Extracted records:

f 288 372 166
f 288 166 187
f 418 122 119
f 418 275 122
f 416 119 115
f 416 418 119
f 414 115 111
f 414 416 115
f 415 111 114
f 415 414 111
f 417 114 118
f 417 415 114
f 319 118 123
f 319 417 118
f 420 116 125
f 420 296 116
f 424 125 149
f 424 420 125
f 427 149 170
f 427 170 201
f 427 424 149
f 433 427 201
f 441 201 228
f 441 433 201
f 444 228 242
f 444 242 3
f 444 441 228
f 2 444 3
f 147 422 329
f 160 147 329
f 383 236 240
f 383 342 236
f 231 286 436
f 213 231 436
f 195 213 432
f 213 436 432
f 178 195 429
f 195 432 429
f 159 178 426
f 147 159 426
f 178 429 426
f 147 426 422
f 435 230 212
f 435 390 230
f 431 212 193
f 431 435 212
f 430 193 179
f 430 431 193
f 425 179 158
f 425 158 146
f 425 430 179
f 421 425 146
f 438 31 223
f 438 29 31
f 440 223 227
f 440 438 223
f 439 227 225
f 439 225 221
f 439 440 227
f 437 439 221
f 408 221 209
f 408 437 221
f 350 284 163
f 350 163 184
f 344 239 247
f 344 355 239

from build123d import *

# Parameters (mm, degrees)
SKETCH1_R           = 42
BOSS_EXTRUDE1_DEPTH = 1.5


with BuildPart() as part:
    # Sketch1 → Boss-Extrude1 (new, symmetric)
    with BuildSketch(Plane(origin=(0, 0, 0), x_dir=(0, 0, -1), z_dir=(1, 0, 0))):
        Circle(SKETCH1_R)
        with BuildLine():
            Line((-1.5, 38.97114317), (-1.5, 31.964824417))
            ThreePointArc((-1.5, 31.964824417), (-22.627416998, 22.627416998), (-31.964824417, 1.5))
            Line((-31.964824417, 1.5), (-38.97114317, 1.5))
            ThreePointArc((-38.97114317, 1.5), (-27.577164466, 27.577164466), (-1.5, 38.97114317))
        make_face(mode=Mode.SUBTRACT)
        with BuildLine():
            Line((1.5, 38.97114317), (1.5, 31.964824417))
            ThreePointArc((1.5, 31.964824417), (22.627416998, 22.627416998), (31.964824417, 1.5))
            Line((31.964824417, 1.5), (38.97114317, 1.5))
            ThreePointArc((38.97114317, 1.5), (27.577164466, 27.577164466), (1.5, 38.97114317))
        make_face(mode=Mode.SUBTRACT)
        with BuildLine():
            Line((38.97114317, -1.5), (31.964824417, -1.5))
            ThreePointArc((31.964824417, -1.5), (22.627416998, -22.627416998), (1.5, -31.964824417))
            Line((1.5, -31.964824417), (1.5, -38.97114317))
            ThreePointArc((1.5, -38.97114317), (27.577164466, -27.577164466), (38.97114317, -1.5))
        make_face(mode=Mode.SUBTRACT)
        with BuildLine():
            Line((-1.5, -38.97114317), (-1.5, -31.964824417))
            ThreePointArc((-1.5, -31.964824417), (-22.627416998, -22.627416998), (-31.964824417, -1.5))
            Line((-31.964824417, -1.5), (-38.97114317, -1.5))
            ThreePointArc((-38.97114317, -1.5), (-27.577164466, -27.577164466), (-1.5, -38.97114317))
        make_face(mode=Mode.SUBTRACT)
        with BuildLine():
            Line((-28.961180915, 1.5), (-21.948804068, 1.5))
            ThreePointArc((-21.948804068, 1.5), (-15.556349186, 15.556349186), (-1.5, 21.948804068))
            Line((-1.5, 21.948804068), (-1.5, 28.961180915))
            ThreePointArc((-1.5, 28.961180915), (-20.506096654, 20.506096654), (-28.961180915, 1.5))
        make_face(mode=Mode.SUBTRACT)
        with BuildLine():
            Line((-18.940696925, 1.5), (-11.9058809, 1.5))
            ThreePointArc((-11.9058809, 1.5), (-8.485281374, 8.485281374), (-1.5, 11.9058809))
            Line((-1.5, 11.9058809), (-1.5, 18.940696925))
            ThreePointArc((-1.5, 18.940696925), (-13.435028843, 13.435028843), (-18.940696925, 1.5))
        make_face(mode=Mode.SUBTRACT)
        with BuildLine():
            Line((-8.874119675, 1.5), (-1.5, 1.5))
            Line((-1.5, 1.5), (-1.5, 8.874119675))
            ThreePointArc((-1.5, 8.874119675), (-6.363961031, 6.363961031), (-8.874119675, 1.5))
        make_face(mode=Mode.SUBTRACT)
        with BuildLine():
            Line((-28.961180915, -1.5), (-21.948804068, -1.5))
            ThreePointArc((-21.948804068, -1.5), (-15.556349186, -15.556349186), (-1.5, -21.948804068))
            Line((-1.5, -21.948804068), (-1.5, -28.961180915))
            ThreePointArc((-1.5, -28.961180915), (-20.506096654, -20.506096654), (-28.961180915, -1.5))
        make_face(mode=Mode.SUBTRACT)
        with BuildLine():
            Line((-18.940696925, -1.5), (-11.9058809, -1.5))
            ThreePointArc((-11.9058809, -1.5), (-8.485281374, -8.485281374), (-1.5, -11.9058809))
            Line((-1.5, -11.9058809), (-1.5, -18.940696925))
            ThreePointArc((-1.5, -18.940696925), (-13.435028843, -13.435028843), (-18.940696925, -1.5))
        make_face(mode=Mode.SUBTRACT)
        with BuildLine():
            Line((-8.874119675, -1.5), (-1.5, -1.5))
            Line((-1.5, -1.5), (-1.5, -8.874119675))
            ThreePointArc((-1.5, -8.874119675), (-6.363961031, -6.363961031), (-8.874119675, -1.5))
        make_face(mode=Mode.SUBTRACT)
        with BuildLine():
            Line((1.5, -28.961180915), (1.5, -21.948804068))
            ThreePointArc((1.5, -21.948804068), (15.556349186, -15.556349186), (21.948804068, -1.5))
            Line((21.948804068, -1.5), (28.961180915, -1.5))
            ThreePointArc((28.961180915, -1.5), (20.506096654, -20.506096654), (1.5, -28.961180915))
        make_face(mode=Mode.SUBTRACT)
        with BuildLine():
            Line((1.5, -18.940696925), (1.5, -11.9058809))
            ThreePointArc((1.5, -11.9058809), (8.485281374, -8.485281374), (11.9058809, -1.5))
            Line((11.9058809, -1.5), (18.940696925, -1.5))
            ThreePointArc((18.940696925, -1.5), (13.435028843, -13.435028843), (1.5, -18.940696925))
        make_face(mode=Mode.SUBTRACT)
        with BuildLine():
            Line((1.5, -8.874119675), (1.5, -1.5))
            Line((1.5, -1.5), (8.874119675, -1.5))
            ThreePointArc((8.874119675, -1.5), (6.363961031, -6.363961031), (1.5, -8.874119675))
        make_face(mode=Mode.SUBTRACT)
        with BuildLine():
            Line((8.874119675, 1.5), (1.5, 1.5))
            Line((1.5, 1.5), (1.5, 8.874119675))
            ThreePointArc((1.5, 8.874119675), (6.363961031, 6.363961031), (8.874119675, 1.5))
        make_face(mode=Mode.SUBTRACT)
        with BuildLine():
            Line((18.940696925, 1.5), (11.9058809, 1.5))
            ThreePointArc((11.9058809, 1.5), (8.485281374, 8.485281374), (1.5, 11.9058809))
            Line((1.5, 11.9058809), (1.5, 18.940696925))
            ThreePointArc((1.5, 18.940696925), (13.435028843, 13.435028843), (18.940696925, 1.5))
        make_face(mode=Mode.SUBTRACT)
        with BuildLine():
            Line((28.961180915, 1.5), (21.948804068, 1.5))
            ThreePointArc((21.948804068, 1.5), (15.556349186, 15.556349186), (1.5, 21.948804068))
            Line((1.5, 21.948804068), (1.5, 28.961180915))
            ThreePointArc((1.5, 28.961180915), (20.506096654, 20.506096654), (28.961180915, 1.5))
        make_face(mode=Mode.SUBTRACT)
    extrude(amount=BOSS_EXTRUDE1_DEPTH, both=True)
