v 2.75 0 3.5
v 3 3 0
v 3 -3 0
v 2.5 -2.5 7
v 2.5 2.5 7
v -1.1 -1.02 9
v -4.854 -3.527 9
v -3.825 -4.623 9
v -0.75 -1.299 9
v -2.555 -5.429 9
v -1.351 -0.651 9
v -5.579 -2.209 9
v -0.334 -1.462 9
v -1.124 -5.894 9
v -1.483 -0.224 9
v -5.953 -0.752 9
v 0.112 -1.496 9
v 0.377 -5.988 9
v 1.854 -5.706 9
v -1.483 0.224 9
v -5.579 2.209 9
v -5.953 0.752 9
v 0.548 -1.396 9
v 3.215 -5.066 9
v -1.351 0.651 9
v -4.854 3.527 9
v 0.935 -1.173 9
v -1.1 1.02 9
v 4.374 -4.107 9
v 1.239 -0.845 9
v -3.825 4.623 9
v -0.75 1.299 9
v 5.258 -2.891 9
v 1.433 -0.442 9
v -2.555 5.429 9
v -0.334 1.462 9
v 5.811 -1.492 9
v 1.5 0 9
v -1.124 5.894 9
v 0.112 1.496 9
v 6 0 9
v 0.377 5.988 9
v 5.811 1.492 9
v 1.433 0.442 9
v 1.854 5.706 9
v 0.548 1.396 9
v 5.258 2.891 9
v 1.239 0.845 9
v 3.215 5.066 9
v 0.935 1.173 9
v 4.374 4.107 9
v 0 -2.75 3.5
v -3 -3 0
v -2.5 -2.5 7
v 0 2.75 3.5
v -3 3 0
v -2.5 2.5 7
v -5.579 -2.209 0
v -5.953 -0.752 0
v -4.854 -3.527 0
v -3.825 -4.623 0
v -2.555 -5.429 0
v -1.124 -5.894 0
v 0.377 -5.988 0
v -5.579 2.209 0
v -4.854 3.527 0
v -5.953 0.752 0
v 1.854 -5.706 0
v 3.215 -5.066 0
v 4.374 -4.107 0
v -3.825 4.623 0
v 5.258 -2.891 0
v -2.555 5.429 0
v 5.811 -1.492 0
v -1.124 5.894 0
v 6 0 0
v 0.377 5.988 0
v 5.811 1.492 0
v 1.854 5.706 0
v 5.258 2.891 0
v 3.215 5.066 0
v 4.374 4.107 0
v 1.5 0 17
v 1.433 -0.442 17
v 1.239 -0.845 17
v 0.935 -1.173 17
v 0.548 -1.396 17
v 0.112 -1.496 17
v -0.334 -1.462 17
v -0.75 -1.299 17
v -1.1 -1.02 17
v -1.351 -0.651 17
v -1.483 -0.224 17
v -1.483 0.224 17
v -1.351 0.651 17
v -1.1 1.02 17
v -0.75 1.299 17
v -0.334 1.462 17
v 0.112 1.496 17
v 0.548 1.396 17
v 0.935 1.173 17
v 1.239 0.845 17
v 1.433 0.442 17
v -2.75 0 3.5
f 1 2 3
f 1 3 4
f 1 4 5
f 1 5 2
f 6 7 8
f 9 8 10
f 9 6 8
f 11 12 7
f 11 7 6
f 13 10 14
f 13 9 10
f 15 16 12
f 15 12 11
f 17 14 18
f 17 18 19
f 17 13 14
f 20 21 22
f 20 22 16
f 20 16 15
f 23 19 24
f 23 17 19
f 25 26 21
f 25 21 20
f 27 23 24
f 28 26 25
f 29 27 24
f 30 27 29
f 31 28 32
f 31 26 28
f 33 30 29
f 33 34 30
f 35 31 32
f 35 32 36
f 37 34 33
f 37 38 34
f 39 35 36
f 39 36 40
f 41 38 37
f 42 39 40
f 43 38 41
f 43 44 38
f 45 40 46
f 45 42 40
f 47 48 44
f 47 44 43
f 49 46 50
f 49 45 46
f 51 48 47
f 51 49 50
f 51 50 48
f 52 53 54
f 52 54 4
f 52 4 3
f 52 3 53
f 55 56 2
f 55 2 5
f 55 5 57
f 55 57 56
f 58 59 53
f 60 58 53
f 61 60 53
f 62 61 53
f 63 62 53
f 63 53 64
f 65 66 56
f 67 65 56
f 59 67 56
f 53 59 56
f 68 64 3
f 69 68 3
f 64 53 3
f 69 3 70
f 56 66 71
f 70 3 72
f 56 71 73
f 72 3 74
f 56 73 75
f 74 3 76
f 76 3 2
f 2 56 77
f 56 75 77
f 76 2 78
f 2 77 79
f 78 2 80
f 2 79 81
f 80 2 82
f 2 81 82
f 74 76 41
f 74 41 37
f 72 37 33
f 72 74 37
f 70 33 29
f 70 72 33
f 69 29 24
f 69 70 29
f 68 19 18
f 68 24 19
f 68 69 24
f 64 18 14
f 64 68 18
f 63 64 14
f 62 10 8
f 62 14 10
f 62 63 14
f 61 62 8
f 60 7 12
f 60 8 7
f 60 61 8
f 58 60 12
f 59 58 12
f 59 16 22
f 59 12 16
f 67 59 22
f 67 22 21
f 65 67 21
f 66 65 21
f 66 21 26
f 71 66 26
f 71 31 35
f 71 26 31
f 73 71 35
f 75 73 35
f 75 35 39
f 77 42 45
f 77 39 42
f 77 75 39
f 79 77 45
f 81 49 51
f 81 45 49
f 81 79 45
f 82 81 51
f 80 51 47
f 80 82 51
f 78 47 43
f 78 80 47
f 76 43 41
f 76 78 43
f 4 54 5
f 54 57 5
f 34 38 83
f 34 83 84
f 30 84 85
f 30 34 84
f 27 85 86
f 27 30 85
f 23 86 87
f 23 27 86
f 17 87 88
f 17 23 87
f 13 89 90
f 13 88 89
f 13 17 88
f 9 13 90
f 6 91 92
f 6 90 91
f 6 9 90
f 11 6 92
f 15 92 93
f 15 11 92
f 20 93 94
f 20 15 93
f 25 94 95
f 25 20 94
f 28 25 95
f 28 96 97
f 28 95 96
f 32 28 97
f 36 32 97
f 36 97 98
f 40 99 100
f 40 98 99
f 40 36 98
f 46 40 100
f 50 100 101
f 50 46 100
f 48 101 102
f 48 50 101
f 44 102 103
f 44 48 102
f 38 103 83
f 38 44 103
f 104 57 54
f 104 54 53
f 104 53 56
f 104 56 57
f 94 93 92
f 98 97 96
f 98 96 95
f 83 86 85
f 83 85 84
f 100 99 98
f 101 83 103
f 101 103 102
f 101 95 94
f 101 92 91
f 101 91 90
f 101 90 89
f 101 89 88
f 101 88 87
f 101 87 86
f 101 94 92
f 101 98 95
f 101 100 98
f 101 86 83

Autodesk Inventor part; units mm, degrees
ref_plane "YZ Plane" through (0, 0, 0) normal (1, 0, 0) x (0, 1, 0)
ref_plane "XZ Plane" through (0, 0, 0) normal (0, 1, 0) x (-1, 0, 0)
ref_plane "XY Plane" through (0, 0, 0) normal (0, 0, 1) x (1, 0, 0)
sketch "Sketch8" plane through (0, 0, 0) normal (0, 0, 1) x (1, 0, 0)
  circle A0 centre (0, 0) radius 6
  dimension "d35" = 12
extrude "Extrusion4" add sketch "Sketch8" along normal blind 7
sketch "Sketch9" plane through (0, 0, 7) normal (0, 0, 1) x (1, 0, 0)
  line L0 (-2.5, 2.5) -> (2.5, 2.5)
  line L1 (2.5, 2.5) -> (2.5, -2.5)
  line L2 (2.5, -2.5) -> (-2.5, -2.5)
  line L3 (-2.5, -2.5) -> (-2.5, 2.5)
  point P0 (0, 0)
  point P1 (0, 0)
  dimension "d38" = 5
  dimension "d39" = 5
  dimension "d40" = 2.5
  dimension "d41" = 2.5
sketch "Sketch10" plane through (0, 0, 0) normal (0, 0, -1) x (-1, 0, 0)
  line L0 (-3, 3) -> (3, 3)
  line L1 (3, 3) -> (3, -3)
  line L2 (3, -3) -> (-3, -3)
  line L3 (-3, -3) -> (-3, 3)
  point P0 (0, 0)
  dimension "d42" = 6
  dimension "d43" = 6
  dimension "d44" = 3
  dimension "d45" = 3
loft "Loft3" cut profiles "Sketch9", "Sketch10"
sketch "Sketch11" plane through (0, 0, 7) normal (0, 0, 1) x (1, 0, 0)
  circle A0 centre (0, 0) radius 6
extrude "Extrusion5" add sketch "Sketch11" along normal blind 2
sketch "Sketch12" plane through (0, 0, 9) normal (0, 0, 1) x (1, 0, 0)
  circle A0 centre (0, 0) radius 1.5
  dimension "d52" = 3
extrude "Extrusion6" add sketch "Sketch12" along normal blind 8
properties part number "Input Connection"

...

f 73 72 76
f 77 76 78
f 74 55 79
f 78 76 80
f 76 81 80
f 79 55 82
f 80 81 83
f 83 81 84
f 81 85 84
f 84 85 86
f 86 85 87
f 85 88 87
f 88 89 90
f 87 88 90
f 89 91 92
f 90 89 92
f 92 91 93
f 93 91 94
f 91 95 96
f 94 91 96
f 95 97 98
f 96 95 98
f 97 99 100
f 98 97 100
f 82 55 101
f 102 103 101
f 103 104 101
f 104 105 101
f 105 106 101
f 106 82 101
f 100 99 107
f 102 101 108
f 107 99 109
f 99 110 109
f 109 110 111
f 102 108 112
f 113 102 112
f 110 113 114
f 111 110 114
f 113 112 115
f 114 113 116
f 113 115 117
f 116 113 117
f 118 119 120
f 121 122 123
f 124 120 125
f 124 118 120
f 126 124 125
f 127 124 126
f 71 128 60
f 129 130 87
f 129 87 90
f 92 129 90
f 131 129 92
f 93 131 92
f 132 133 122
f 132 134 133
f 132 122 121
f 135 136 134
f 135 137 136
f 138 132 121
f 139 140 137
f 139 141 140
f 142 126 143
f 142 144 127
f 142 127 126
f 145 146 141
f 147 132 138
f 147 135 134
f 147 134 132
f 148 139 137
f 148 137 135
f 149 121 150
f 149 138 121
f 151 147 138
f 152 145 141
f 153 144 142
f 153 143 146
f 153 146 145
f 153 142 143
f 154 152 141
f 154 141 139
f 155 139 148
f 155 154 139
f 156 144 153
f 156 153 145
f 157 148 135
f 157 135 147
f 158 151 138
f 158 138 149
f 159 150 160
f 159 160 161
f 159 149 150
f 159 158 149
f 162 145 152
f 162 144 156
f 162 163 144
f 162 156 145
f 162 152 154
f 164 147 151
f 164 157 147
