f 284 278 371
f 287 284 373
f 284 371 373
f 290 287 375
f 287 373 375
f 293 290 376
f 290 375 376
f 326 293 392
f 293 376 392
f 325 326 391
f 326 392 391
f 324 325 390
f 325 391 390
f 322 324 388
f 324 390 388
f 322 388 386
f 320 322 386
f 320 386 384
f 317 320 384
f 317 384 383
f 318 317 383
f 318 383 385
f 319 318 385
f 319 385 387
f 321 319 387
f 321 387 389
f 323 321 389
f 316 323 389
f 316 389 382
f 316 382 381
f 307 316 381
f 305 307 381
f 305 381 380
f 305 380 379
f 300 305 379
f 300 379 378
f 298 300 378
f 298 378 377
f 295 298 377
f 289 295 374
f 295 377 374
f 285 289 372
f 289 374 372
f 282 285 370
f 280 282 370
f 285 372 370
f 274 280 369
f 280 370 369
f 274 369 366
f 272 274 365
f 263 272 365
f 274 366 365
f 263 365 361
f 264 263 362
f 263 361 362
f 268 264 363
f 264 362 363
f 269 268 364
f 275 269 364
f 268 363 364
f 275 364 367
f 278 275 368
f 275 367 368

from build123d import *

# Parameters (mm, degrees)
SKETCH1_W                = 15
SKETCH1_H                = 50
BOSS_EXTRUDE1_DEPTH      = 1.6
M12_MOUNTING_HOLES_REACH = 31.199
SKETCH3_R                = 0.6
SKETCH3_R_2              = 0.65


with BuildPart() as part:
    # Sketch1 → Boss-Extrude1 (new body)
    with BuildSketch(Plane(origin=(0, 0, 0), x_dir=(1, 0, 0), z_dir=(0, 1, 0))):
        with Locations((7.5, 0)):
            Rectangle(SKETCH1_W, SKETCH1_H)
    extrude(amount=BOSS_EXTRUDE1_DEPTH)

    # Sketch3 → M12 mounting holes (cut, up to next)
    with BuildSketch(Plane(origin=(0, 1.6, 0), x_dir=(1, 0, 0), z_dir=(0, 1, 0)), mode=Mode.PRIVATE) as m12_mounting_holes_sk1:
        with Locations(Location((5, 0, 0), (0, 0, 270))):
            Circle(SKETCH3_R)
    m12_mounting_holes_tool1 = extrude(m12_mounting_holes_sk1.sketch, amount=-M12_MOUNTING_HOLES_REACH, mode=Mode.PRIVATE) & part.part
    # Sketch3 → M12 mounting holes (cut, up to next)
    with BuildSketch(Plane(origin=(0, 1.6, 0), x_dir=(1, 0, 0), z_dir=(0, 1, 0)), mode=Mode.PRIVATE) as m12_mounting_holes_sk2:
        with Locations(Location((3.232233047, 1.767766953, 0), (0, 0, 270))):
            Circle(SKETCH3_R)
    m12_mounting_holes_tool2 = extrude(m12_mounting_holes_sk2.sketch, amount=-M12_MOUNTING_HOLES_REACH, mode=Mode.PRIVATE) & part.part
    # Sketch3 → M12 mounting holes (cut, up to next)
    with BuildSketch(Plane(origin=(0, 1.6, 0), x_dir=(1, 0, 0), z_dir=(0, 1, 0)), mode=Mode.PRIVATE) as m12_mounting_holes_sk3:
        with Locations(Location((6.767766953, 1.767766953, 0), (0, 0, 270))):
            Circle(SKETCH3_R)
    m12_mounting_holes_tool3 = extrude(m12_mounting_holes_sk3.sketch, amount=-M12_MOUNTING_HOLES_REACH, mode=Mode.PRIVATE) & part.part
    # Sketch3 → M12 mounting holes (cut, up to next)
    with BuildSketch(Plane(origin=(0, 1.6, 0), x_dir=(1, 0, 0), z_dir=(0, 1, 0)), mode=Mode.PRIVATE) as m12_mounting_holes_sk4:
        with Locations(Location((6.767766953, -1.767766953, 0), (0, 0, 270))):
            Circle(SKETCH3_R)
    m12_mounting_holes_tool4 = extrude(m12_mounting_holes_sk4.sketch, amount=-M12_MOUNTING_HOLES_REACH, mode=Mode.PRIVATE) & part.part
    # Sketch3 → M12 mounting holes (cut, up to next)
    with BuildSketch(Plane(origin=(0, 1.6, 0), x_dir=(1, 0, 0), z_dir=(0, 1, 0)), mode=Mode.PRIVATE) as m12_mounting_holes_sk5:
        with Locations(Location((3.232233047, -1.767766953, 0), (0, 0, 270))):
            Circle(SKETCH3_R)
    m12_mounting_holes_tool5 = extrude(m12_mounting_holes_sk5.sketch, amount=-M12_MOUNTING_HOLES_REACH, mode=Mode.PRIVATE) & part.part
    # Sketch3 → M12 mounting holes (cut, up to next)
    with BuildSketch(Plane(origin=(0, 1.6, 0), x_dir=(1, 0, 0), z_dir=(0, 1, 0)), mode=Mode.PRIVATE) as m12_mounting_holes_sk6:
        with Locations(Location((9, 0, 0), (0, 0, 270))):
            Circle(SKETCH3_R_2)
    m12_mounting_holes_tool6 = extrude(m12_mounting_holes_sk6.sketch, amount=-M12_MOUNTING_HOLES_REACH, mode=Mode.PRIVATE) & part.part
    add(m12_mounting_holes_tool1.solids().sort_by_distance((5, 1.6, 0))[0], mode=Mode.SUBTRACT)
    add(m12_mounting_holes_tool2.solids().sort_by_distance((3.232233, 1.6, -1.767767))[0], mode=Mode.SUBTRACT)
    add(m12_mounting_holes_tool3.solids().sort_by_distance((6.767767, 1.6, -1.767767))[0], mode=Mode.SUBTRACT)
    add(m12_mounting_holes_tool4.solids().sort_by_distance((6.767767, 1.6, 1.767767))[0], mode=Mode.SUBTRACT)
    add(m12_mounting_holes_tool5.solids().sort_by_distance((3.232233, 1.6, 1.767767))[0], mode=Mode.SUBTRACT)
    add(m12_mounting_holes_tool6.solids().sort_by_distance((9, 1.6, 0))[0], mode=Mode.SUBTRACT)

* * *

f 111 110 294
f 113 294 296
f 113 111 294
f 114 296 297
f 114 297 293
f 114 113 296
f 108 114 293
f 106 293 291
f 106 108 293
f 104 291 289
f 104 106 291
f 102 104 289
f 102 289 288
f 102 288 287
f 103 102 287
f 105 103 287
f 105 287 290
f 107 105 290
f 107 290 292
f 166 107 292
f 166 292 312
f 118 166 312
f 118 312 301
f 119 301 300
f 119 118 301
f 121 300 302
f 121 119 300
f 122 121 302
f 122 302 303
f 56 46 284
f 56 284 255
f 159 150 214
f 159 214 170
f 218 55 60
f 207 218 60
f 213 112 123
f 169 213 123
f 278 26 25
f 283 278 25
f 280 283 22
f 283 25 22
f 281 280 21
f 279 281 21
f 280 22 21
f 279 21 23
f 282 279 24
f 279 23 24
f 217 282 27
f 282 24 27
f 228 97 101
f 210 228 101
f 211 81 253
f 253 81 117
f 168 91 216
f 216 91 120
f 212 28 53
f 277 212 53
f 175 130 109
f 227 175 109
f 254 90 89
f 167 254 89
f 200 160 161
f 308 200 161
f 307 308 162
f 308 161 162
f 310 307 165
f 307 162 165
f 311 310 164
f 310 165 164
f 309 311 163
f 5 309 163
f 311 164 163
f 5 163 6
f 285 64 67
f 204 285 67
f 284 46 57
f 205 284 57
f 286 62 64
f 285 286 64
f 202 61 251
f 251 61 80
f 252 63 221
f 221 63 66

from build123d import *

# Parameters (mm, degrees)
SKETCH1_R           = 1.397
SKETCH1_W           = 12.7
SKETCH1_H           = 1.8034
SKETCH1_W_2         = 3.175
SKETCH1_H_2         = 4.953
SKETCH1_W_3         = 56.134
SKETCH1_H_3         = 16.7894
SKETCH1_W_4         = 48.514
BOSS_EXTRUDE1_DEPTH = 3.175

__EXERCISE AIM__: Set down, exactly as they stand above, the lines starting with the line with "f 138 132 121" and going on through the line with "f 280 370 369", and no others.

__WRITTEN RESPONSE__:
f 138 132 121
f 139 140 137
f 139 141 140
f 142 126 143
f 142 144 127
f 142 127 126
f 145 146 141
f 147 132 138
f 147 135 134
f 147 134 132
f 148 139 137
f 148 137 135
f 149 121 150
f 149 138 121
f 151 147 138
f 152 145 141
f 153 144 142
f 153 143 146
f 153 146 145
f 153 142 143
f 154 152 141
f 154 141 139
f 155 139 148
f 155 154 139
f 156 144 153
f 156 153 145
f 157 148 135
f 157 135 147
f 158 151 138
f 158 138 149
f 159 150 160
f 159 160 161
f 159 149 150
f 159 158 149
f 162 145 152
f 162 144 156
f 162 163 144
f 162 156 145
f 162 152 154
f 164 147 151
f 164 157 147
f 284 278 371
f 287 284 373
f 284 371 373
f 290 287 375
f 287 373 375
f 293 290 376
f 290 375 376
f 326 293 392
f 293 376 392
f 325 326 391
f 326 392 391
f 324 325 390
f 325 391 390
f 322 324 388
f 324 390 388
f 322 388 386
f 320 322 386
f 320 386 384
f 317 320 384
f 317 384 383
f 318 317 383
f 318 383 385
f 319 318 385
f 319 385 387
f 321 319 387
f 321 387 389
f 323 321 389
f 316 323 389
f 316 389 382
f 316 382 381
f 307 316 381
f 305 307 381
f 305 381 380
f 305 380 379
f 300 305 379
f 300 379 378
f 298 300 378
f 298 378 377
f 295 298 377
f 289 295 374
f 295 377 374
f 285 289 372
f 289 374 372
f 282 285 370
f 280 282 370
f 285 372 370
f 274 280 369
f 280 370 369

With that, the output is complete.